June 12, 2010

Killing Machine: She Only Seems Crazy, Indie Fans


Killing Machine is one of those movies that never quite lives up to the insanity of its plot synopsis. The story is invitingly nuts: A high school nymph (Lee So-yun) earns extracurricular money by hooking with the faculty then falls into a brief relationship with one maniacal teacher (Kim Dae-tong) who rapes her, impregnates her, shoots her, mutilates her, hires a super-seamstress to stitch her back together, then turns her into a robot assassin. Trimmed of the excess footage showing the victim/vigilante standing/staring or running through poorly lit interiors, director Nam Gee-wong's Killing Machine would've probably run a zanily enjoyable half-hour. As is, this artsy exercise in cyberpunk surrealism runs closer to an hour.

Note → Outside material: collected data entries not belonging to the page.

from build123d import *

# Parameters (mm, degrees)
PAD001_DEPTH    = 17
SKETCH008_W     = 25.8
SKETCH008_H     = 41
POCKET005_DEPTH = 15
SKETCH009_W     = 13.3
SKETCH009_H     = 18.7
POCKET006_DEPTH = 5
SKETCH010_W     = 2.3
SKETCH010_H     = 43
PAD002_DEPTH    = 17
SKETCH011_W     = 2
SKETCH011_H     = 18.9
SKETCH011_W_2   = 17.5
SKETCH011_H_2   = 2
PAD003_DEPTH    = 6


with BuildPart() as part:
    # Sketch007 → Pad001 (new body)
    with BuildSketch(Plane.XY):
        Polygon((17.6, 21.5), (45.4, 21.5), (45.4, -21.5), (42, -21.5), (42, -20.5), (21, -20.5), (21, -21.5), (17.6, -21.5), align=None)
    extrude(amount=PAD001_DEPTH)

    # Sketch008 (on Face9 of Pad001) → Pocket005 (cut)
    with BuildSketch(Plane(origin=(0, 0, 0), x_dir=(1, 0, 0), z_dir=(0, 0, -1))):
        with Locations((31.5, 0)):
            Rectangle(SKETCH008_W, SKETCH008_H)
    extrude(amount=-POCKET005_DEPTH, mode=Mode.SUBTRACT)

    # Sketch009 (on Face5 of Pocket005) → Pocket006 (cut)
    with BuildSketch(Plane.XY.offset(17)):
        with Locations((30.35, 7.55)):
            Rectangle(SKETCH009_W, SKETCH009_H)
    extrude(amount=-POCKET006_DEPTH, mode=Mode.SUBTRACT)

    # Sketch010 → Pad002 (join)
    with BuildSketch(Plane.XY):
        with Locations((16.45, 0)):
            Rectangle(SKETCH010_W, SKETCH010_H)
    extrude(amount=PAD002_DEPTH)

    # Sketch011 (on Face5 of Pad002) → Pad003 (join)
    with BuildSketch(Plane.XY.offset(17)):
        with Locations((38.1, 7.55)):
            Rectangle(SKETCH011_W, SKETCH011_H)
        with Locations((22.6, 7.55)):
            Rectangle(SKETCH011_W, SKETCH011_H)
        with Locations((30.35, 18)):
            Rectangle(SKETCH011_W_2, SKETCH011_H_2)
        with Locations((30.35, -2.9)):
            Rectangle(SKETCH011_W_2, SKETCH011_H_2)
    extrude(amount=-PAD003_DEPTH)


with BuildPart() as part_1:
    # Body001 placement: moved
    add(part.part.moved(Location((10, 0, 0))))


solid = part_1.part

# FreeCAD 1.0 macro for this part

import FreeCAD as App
import Part
import Sketcher
from FreeCAD import Vector


def add_polygon(sketch, points):
    """Adds a closed chain of lines whose ends are joined by coincident constraints."""
    first, n = sketch.GeometryCount, len(points)
    for a, b in zip(points, points[1:] + points[:1]):
        sketch.addGeometry(Part.LineSegment(App.Vector(*a, 0), App.Vector(*b, 0)), False)
    for i in range(n):
        sketch.addConstraint(Sketcher.Constraint("Coincident", first + i, 2, first + (i + 1) % n, 1))

doc = App.newDocument("Part")
params = doc.addObject("Spreadsheet::Sheet", "Params")
for row, (alias, value) in enumerate([
    ("sketch1_width", "21 mm"),
    ("sketch1_height", "43 mm"),
    ("sketch1_height2", "1 mm"),
    ("sketch1_width2", "27.8 mm"),
    ("pad1_length", "17 mm"),
    ("sketch2_height", "41 mm"),
    ("sketch2_width", "25.8 mm"),
    ("pocket1_length", "15 mm"),
    ("sketch3_width", "13.3 mm"),
    ("sketch3_height", "18.7 mm"),
    ("pocket2_length", "5 mm"),
    ("sketch4_height", "43 mm"),
    ("sketch4_width", "2.3 mm"),
    ("pad2_length", "17 mm"),
    ("sketch5_width", "17.5 mm"),
    ("sketch5_width2", "13.5 mm"),
    ("sketch5_height", "22.9 mm"),
    ("sketch5_height2", "18.9 mm"),
    ("pad3_length", "6 mm"),
], start=1):
    params.set(f"A{row}", alias)
    params.set(f"B{row}", "=" + value)
    params.setAlias(f"B{row}", alias)

body = doc.addObject("PartDesign::Body", "Body")

sketch1 = doc.addObject("Sketcher::SketchObject", "Sketch")
body.addObject(sketch1)
sketch1.AttachmentSupport = (doc.XY_Plane, [""])
sketch1.MapMode = "FlatFace"
add_polygon(sketch1, [(45.4, 21.5), (17.6, 21.5), (17.6, -21.5), (21, -21.5), (21, -20.5), (42, -20.5), (42, -21.5), (45.4, -21.5)])
sketch1.addConstraint([
    Sketcher.Constraint("Horizontal", 0),
    Sketcher.Constraint("Vertical", 1),
    Sketcher.Constraint("Horizontal", 2),
    Sketcher.Constraint("Vertical", 3),
    Sketcher.Constraint("Horizontal", 4),
    Sketcher.Constraint("Vertical", 5),
    Sketcher.Constraint("Horizontal", 6),
    Sketcher.Constraint("Vertical", 7),
    Sketcher.Constraint("Horizontal", 2, 2, 5, 2),
    Sketcher.Constraint("Equal", 2, 6),
    Sketcher.Constraint("DistanceX", 4, 1, 4, 2, 21.0),
    Sketcher.Constraint("DistanceY", 1, 2, 1, 1, 43.0),
    Sketcher.Constraint("DistanceY", 3, 1, 3, 2, 1.0),
    Sketcher.Constraint("DistanceX", 0, 2, 0, 1, 27.8),
    Sketcher.Constraint("DistanceX", -1, 1, 2, 2, 21.0),
    Sketcher.Constraint("DistanceY", -1, 1, 0, 2, 21.5),
])
sketch1.setExpression("Constraints[18]", "Params.sketch1_width")
sketch1.setExpression("Constraints[19]", "Params.sketch1_height")
sketch1.setExpression("Constraints[20]", "Params.sketch1_height2")
sketch1.setExpression("Constraints[21]", "Params.sketch1_width2")
pad1 = doc.addObject("PartDesign::Pad", "Pad")
body.addObject(pad1)
pad1.Profile = sketch1
pad1.setExpression("Length", "Params.pad1_length")

sketch2 = doc.addObject("Sketcher::SketchObject", "Sketch001")
body.addObject(sketch2)
sketch2.AttachmentSupport = (doc.XY_Plane, [""])
sketch2.MapMode = "FlatFace"
add_polygon(sketch2, [(19, -20), (19, 20), (44, 20), (44, -20)])
sketch2.addConstraint([
    Sketcher.Constraint("Vertical", 0),
    Sketcher.Constraint("Horizontal", 1),
    Sketcher.Constraint("Vertical", 2),
    Sketcher.Constraint("Horizontal", 3),
    Sketcher.Constraint("DistanceY", 0, 1, 0, 2, 41.0),
    Sketcher.Constraint("DistanceX", 1, 1, 1, 2, 25.8),
    Sketcher.Constraint("DistanceX", -1, 1, 0, 2, 18.6),
    Sketcher.Constraint("DistanceY", -1, 1, 0, 2, 20.5),
])
sketch2.setExpression("Constraints[8]", "Params.sketch2_height")
sketch2.setExpression("Constraints[9]", "Params.sketch2_width")
pocket1 = doc.addObject("PartDesign::Pocket", "Pocket")
body.addObject(pocket1)
pocket1.Profile = sketch2
pocket1.setExpression("Length", "Params.pocket1_length")
pocket1.Reversed = True

sketch3 = doc.addObject("Sketcher::SketchObject", "Sketch002")
body.addObject(sketch3)
sketch3.AttachmentSupport = (doc.XY_Plane, [""])
sketch3.MapMode = "FlatFace"
sketch3.AttachmentOffset = App.Placement(Vector(0, 0, 17), App.Rotation())
add_polygon(sketch3, [(24, 17), (24, -2), (37, -2), (37, 17)])
sketch3.addConstraint([
    Sketcher.Constraint("Vertical", 0),
    Sketcher.Constraint("Horizontal", 1),
    Sketcher.Constraint("Vertical", 2),
    Sketcher.Constraint("Horizontal", 3),
    Sketcher.Constraint("DistanceX", 1, 1, 1, 2, 13.3),
    Sketcher.Constraint("DistanceY", 0, 2, 0, 1, 18.7),
    Sketcher.Constraint("DistanceX", -1, 1, 1, 2, 37.0),
    Sketcher.Constraint("DistanceY", 0, 2, -1, 1, 1.8),
])
sketch3.setExpression("Constraints[8]", "Params.sketch3_width")
sketch3.setExpression("Constraints[9]", "Params.sketch3_height")
pocket2 = doc.addObject("PartDesign::Pocket", "Pocket001")
body.addObject(pocket2)
pocket2.Profile = sketch3
pocket2.setExpression("Length", "Params.pocket2_length")

sketch4 = doc.addObject("Sketcher::SketchObject", "Sketch003")
body.addObject(sketch4)
sketch4.AttachmentSupport = (doc.XY_Plane, [""])
sketch4.MapMode = "FlatFace"
add_polygon(sketch4, [(15.3, 21.5), (15.3, -21.5), (17.6, -21.5), (17.6, 21.5)])
sketch4.addConstraint([
    Sketcher.Constraint("Vertical", 0),
    Sketcher.Constraint("Horizontal", 1),
    Sketcher.Constraint("Vertical", 2),
    Sketcher.Constraint("Horizontal", 3),
    Sketcher.Constraint("DistanceY", 0, 2, 0, 1, 43.0),
    Sketcher.Constraint("DistanceX", 1, 1, 1, 2, 2.3),
    Sketcher.Constraint("DistanceX", -1, 1, 0, 2, 15.3),
    Sketcher.Constraint("DistanceY", 0, 2, -1, 1, 21.5),
])
sketch4.setExpression("Constraints[8]", "Params.sketch4_height")
sketch4.setExpression("Constraints[9]", "Params.sketch4_width")
pad2 = doc.addObject("PartDesign::Pad", "Pad001")
body.addObject(pad2)
pad2.Profile = sketch4
pad2.setExpression("Length", "Params.pad2_length")

sketch5 = doc.addObject("Sketcher::SketchObject", "Sketch004")
body.addObject(sketch5)
sketch5.AttachmentSupport = (doc.XY_Plane, [""])
sketch5.MapMode = "FlatFace"
sketch5.AttachmentOffset = App.Placement(Vector(0, 0, 17), App.Rotation())
add_polygon(sketch5, [(39, 19), (22, 19), (22, -4), (39, -4)])
add_polygon(sketch5, [(37, 17), (37, -2), (24, -2), (24, 17)])
sketch5.addConstraint([
    Sketcher.Constraint("Horizontal", 0),
    Sketcher.Constraint("Vertical", 1),
    Sketcher.Constraint("Horizontal", 2),
    Sketcher.Constraint("Vertical", 3),
    Sketcher.Constraint("Vertical", 4),
    Sketcher.Constraint("Horizontal", 5),
    Sketcher.Constraint("Vertical", 6),
    Sketcher.Constraint("Horizontal", 7),
    Sketcher.Constraint("DistanceX", 0, 2, 0, 1, 17.5),
    Sketcher.Constraint("DistanceX", 5, 2, 5, 1, 13.5),
    Sketcher.Constraint("DistanceY", 1, 2, 1, 1, 22.9),
    Sketcher.Constraint("DistanceY", 4, 2, 4, 1, 18.9),
    Sketcher.Constraint("DistanceY", -1, 1, 0, 2, 19.0),
    Sketcher.Constraint("DistanceY", -1, 1, 6, 2, 17.0),
    Sketcher.Constraint("DistanceX", 4, 2, 2, 2, 2.0),
    Sketcher.Constraint("DistanceX", -1, 1, 0, 2, 21.6),
])
sketch5.setExpression("Constraints[16]", "Params.sketch5_width")
sketch5.setExpression("Constraints[17]", "Params.sketch5_width2")
sketch5.setExpression("Constraints[18]", "Params.sketch5_height")
sketch5.setExpression("Constraints[19]", "Params.sketch5_height2")
pad3 = doc.addObject("PartDesign::Pad", "Pad002")
body.addObject(pad3)
pad3.Profile = sketch5
pad3.setExpression("Length", "Params.pad3_length")
pad3.Reversed = True
body2 = doc.addObject("PartDesign::Body", "Body001")
doc.recompute()

body.Placement = App.Placement(Vector(10, 0, 0), App.Rotation(Vector(0, 0, 1), 0))
boolean = doc.addObject("PartDesign::Boolean", "Boolean")
body2.addObject(boolean)
boolean.Type = "Fuse"
boolean.addObjects([body])

doc.recompute()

That means you often have to wait through stretches of filler to get to the weird imagery like a post-op fembot's gunblasted breast leaking green goo and gnarly wires or a Metropolis-inspired rebirth during which thick electric cords pump new life into the recently dismembered girl. It's no B-movie beauty a la Hera Purple or Terror Taxi but Killing Machine is at least an attempt to think outside the box. Good things come in small packages but good things in oversized packages tend to feel disappointingly small.